Written by Walter Pierce
Wednesday, 14 April 2010

April 20, 2010, could turn out to be one of the most important dates in the city of Lafayette’s history.

I wish I could take back the observation in last week’s column that deconsolidation is dipping on our civic thermometer. It’s not for many in the city of Lafayette. The danger in writing for a weekly newspaper that goes to press Monday night and hits the street Wednesday morning is the matter of Tuesday evening. That’s when the Lafayette City-Parish Council throws up the big tent and stages its weekly political circus, and April 6 was of Ringling proportions.

Council Chairman Jay Castille’s ordinance creating a charter commission seemed innocuous enough: Most everyone agrees that short of repealing the existing charter, we as a parish at the very least need to lift the hood and do some serious tinkering on it. Plus, the ordinance that would put deconsolidation before parish voters is sitting in a 90-day holding pattern. Moreover, Castille’s ordinance was an introductory ordinance, and typically intro ordinances are moved along as a matter of rote.
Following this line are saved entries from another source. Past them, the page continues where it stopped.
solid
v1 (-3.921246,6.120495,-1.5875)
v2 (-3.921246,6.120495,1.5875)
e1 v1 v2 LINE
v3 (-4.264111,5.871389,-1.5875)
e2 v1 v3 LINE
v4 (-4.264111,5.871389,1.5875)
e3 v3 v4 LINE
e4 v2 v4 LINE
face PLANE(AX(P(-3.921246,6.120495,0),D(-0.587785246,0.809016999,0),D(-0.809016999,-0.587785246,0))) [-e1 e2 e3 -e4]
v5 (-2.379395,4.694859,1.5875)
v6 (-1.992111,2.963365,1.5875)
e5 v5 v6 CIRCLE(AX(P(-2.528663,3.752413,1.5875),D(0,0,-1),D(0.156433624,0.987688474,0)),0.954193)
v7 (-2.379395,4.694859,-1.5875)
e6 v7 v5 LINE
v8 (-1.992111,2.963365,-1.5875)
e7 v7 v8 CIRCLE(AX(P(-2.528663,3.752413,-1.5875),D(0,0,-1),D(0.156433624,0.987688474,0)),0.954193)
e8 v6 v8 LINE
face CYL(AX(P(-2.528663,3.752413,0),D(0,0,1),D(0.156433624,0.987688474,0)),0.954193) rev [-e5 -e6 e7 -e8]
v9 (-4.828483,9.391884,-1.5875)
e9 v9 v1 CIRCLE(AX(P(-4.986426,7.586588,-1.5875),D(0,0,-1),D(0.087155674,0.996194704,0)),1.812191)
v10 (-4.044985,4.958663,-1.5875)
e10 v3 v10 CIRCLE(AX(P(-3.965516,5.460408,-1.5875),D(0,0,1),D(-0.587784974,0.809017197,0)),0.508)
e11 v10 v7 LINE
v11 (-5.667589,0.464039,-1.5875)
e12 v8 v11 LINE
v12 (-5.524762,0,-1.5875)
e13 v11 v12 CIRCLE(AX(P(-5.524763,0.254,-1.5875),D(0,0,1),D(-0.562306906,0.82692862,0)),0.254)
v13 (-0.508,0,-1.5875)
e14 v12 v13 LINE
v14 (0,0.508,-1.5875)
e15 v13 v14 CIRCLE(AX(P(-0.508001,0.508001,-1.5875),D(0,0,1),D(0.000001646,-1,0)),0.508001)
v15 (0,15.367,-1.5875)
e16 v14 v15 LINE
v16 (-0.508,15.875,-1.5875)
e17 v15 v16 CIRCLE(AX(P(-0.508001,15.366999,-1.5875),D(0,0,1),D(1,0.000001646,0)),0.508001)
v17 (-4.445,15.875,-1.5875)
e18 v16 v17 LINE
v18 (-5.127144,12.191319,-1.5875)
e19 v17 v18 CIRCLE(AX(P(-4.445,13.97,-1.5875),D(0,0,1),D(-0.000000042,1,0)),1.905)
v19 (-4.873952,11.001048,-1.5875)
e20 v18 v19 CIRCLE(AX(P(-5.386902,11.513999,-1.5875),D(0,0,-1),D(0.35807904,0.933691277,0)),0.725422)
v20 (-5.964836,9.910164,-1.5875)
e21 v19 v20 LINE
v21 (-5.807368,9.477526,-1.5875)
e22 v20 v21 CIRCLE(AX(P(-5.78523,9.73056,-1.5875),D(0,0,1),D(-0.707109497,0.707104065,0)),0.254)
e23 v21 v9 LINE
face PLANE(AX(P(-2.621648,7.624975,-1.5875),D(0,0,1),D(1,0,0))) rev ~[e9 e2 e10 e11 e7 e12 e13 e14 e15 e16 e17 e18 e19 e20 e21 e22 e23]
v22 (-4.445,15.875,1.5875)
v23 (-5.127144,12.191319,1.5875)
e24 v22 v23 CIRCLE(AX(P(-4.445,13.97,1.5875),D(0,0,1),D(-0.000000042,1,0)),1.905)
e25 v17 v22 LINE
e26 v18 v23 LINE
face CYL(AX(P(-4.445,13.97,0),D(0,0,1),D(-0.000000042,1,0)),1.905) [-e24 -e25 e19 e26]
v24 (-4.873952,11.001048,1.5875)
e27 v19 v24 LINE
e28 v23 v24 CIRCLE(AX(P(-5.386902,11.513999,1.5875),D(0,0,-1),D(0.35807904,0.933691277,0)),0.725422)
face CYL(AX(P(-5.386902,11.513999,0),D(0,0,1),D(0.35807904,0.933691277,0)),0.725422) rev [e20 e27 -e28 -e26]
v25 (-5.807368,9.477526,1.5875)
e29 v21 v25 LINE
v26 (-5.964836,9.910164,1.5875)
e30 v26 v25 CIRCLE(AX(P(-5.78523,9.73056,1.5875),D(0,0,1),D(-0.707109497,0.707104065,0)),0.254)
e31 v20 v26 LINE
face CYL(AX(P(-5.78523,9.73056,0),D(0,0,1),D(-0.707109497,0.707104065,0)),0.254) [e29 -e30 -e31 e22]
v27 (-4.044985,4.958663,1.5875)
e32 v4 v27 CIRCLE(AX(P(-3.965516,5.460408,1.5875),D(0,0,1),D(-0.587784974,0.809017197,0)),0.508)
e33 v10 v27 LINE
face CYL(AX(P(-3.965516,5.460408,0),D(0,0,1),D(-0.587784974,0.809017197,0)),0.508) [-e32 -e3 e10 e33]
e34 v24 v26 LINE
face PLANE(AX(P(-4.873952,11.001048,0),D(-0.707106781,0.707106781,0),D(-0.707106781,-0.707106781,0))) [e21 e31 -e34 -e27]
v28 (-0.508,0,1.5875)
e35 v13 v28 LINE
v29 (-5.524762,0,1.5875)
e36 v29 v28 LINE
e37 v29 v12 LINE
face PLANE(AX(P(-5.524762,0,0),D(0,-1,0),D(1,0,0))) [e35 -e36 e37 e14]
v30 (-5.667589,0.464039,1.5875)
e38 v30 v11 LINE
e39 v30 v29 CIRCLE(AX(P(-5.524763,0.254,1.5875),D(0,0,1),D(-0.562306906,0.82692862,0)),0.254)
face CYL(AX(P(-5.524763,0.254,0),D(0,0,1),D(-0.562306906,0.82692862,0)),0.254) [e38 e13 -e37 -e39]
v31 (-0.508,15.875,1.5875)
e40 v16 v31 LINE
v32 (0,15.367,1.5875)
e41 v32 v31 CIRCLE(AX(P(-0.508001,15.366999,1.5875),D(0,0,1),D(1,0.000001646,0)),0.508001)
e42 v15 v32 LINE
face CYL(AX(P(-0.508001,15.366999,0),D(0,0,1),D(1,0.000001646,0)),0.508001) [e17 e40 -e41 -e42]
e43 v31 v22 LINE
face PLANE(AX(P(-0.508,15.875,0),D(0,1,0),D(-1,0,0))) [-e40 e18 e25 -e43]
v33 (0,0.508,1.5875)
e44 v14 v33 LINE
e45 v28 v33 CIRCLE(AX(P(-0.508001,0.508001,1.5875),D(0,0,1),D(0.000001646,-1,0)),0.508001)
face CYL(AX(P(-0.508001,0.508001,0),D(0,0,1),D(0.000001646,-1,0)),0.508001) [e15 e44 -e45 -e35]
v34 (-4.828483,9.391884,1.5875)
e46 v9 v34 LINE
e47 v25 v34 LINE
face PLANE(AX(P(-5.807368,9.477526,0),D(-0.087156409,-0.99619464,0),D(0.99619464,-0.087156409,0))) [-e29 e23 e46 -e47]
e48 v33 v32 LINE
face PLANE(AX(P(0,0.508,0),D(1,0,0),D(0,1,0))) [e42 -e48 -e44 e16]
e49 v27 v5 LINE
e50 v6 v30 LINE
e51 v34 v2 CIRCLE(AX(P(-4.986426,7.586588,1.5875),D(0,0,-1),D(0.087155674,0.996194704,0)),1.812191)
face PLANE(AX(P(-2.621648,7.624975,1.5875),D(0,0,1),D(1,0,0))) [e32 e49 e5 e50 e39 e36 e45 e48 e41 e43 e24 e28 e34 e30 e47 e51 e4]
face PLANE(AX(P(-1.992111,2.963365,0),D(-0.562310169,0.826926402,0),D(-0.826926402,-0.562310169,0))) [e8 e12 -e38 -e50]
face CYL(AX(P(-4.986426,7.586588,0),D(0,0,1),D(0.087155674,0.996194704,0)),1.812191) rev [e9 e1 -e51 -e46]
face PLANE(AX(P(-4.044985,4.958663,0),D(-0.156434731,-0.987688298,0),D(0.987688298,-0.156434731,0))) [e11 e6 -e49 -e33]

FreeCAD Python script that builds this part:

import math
import FreeCAD as App
import Part
import Sketcher

V = App.Vector
Q = App.Units.Quantity

doc = App.newDocument("Part")
body = doc.addObject("PartDesign::Body", "Body")

# Sketch on XY plane
sketch1 = body.newObject("Sketcher::SketchObject", "Sketch")
sketch1.AttachmentSupport = (doc.getObject("XY_Plane"), [""])
sketch1.MapMode = "FlatFace"
sketch1.addGeometry([
    Part.LineSegment(V(-5.524762, 0, 0), V(-0.508, 0, 0)),  # 0
    Part.ArcOfCircle(Part.Circle(V(-0.508001, 0.508001, 0), V(0, 0, 1), 0.508001), math.radians(-89.999906), math.radians(-0.000094)),  # 1
    Part.LineSegment(V(0, 0.508, 0), V(0, 15.367, 0)),  # 2
    Part.ArcOfCircle(Part.Circle(V(-0.508001, 15.366999, 0), V(0, 0, 1), 0.508001), math.radians(0.000094), math.radians(89.999906)),  # 3
    Part.LineSegment(V(-0.508, 15.875, 0), V(-4.445, 15.875, 0)),  # 4
    Part.ArcOfCircle(Part.Circle(V(-4.445, 13.97, 0), V(0, 0, 1), 1.905), math.radians(90.000002), math.radians(249.01762)),  # 5
    Part.ArcOfCircle(Part.Circle(V(-5.386902, 11.513999, 0), V(0, 0, 1), 0.725422), math.radians(-45.000037), math.radians(69.01773)),  # 6
    Part.LineSegment(V(-4.873952, 11.001048, 0), V(-5.964836, 9.910164, 0)),  # 7
    Part.ArcOfCircle(Part.Circle(V(-5.78523, 9.73056, 0), V(0, 0, 1), 0.254), math.radians(135.00022), math.radians(264.999931)),  # 8
    Part.LineSegment(V(-5.807368, 9.477526, 0), V(-4.828483, 9.391884, 0)),  # 9
    Part.ArcOfCircle(Part.Circle(V(-4.986426, 7.586588, 0), V(0, 0, 1), 1.812191), math.radians(-53.999986), math.radians(85.000004)),  # 10
    Part.LineSegment(V(-3.921246, 6.120495, 0), V(-4.264111, 5.871389, 0)),  # 11
    Part.ArcOfCircle(Part.Circle(V(-3.965516, 5.460408, 0), V(0, 0, 1), 0.508), math.radians(125.99998), math.radians(261.000005)),  # 12
    Part.LineSegment(V(-4.044985, 4.958663, 0), V(-2.379395, 4.694859, 0)),  # 13
    Part.ArcOfCircle(Part.Circle(V(-2.528663, 3.752413, 0), V(0, 0, 1), 0.954193), math.radians(-55.78434), math.radians(81.000049)),  # 14
    Part.LineSegment(V(-1.992111, 2.963365, 0), V(-5.667589, 0.464039, 0)),  # 15
    Part.ArcOfCircle(Part.Circle(V(-5.524763, 0.254, 0), V(0, 0, 1), 0.254), math.radians(124.215486), math.radians(270.000296)),  # 16
], False)
sketch1.addConstraint([
    Sketcher.Constraint("Coincident", 0, 2, 1, 1),
    Sketcher.Constraint("Coincident", 1, 2, 2, 1),
    Sketcher.Constraint("Coincident", 2, 2, 3, 1),
    Sketcher.Constraint("Coincident", 3, 2, 4, 1),
    Sketcher.Constraint("Coincident", 4, 2, 5, 1),
    Sketcher.Constraint("Coincident", 5, 2, 6, 2),
    Sketcher.Constraint("Coincident", 6, 1, 7, 1),
    Sketcher.Constraint("Coincident", 7, 2, 8, 1),
    Sketcher.Constraint("Coincident", 8, 2, 9, 1),
    Sketcher.Constraint("Coincident", 9, 2, 10, 2),
    Sketcher.Constraint("Coincident", 10, 1, 11, 1),
    Sketcher.Constraint("Coincident", 11, 2, 12, 1),
    Sketcher.Constraint("Coincident", 12, 2, 13, 1),
    Sketcher.Constraint("Coincident", 13, 2, 14, 2),
    Sketcher.Constraint("Coincident", 14, 1, 15, 1),
    Sketcher.Constraint("Coincident", 15, 2, 16, 1),
    Sketcher.Constraint("Coincident", 16, 2, 0, 1),
    Sketcher.Constraint("Horizontal", 0),
    Sketcher.Constraint("Vertical", 2),
    Sketcher.Constraint("Horizontal", 4),
    Sketcher.Constraint("PointOnObject", 0, 2, -1),
    Sketcher.Constraint("PointOnObject", 1, 2, -2),
    Sketcher.Constraint("Radius", 1, Q("0.02 in")),
    Sketcher.Constraint("Radius", 3, Q("0.02 in")),
    Sketcher.Constraint("Radius", 8, Q("0.01 in")),
    Sketcher.Constraint("Radius", 12, Q("0.02 in")),
    Sketcher.Constraint("Radius", 16, Q("0.01 in")),
    Sketcher.Constraint("Radius", 5, Q("0.075 in")),
    Sketcher.Constraint("DistanceX", 4, 2, 4, 1, Q("0.155 in")),
    Sketcher.Constraint("DistanceY", 2, 1, 2, 2, Q("0.585 in")),
    Sketcher.Constraint("DistanceY", -1, 1, 5, 3, Q("0.55 in")),
    Sketcher.Constraint("DistanceX", 0, 2, -1, 1, Q("0.02 in")),
    Sketcher.Constraint("DistanceY", -1, 1, 1, 2, Q("0.02 in")),
    Sketcher.Constraint("DistanceX", 3, 2, -1, 1, Q("0.02 in")),
    Sketcher.Constraint("DistanceX", 5, 3, -1, 1, Q("0.175 in")),
    Sketcher.Constraint("Radius", 6, 0.725422),
    Sketcher.Constraint("Radius", 10, 1.812191),
    Sketcher.Constraint("Radius", 14, 0.954193),
    Sketcher.Constraint("DistanceY", -1, 1, 6, 3, 11.513999),
    Sketcher.Constraint("DistanceX", 16, 3, 14, 3, 2.9961),
    Sketcher.Constraint("DistanceY", 11, 2, 10, 3, 1.715199),
    Sketcher.Constraint("DistanceY", 14, 1, 12, 2, 1.995298),
    Sketcher.Constraint("DistanceX", 16, 2, 14, 3, 2.996099),
    Sketcher.Constraint("Distance", 13, 1.686352),
    Sketcher.Constraint("DistanceX", 0, 1, 0, 2, 5.016762),
    Sketcher.Constraint("DistanceX", 8, 3, -1, 1, 5.78523),
    Sketcher.Constraint("DistanceY", -1, 1, 8, 3, 9.73056),
    Sketcher.Constraint("DistanceY", -1, 1, 10, 3, 7.586588),
    Sketcher.Constraint("DistanceY", -1, 1, 12, 3, 5.460408),
    Sketcher.Constraint("DistanceY", -1, 1, 5, 2, 12.191319),
    Sketcher.Constraint("DistanceX", 6, 1, -1, 1, 4.873952),
    Sketcher.Constraint("DistanceX", 8, 2, -1, 1, 5.807368),
    Sketcher.Constraint("DistanceX", 11, 2, -1, 1, 4.264111),
    Sketcher.Constraint("DistanceY", -1, 1, 13, 2, 4.694859),
    Sketcher.Constraint("DistanceX", 14, 1, -1, 1, 1.992111),
    Sketcher.Constraint("DistanceX", 15, 2, -1, 1, 5.667589),
    Sketcher.Constraint("DistanceX", 10, 3, 12, 3, 1.020909),
    Sketcher.Constraint("DistanceX", 7, 2, 10, 3, 0.97841),
    Sketcher.Constraint("DistanceY", 9, 2, 8, 2, 0.085642),
    Sketcher.Constraint("DistanceX", 12, 3, 10, 1, 0.04427),
])
pad1 = body.newObject("PartDesign::Pad", "Pad")
pad1.Profile = sketch1
pad1.Length = Q("0.125 in")
pad1.Midplane = True

doc.recompute()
But, lo, there arose a great hubbub, and the city dwellers said, “It is good.”

The council took the extraordinary step of pulling the ordinance out of a batch of intro ordinances that were voted on in globo, in other words voted on as a batch without discussion. But discuss Castille’s charter commission ordinance they did. For over an hour. It was as entertaining and telling a political performance as I’ve seen from this council.

The ordinance ended up passing and will face a final vote on April 20, but not before it was savaged by some of the city men.

The problem with the ordinance from a city perspective, especially a pro-deconsolidation vantage point, is that it binds us to the existing charter, perhaps for perpetuity, and it limits the commission to merely suggesting changes to the charter.

The ordinance prescribes an 18-month life span for the commission. Assuming the commission works the entire 18 months, it would complete its duties at roughly the same time as the 2011 council election, and because state law prohibits an elected official’s term in office being cut short by a charter change, that gets us to 2016 before Lafayette Parish could return to the dual city and parish forms of government that existed pre-1996.

By then it will be too late. There’s a very real chance, according to a source who watches LCG closely and whose judgment I seek — that the redistricting that follows the 2010 census will flip the balance of power on the council to five rural and four city reps. While the city of Lafayette is still expected to contain a thin majority of the parish’s residents in the census count, redistricting the parish while maintaining two majority black districts, as the federal Voting Rights Act requires, could well necessitate drawing a majority of the districts outside the bounds of the city.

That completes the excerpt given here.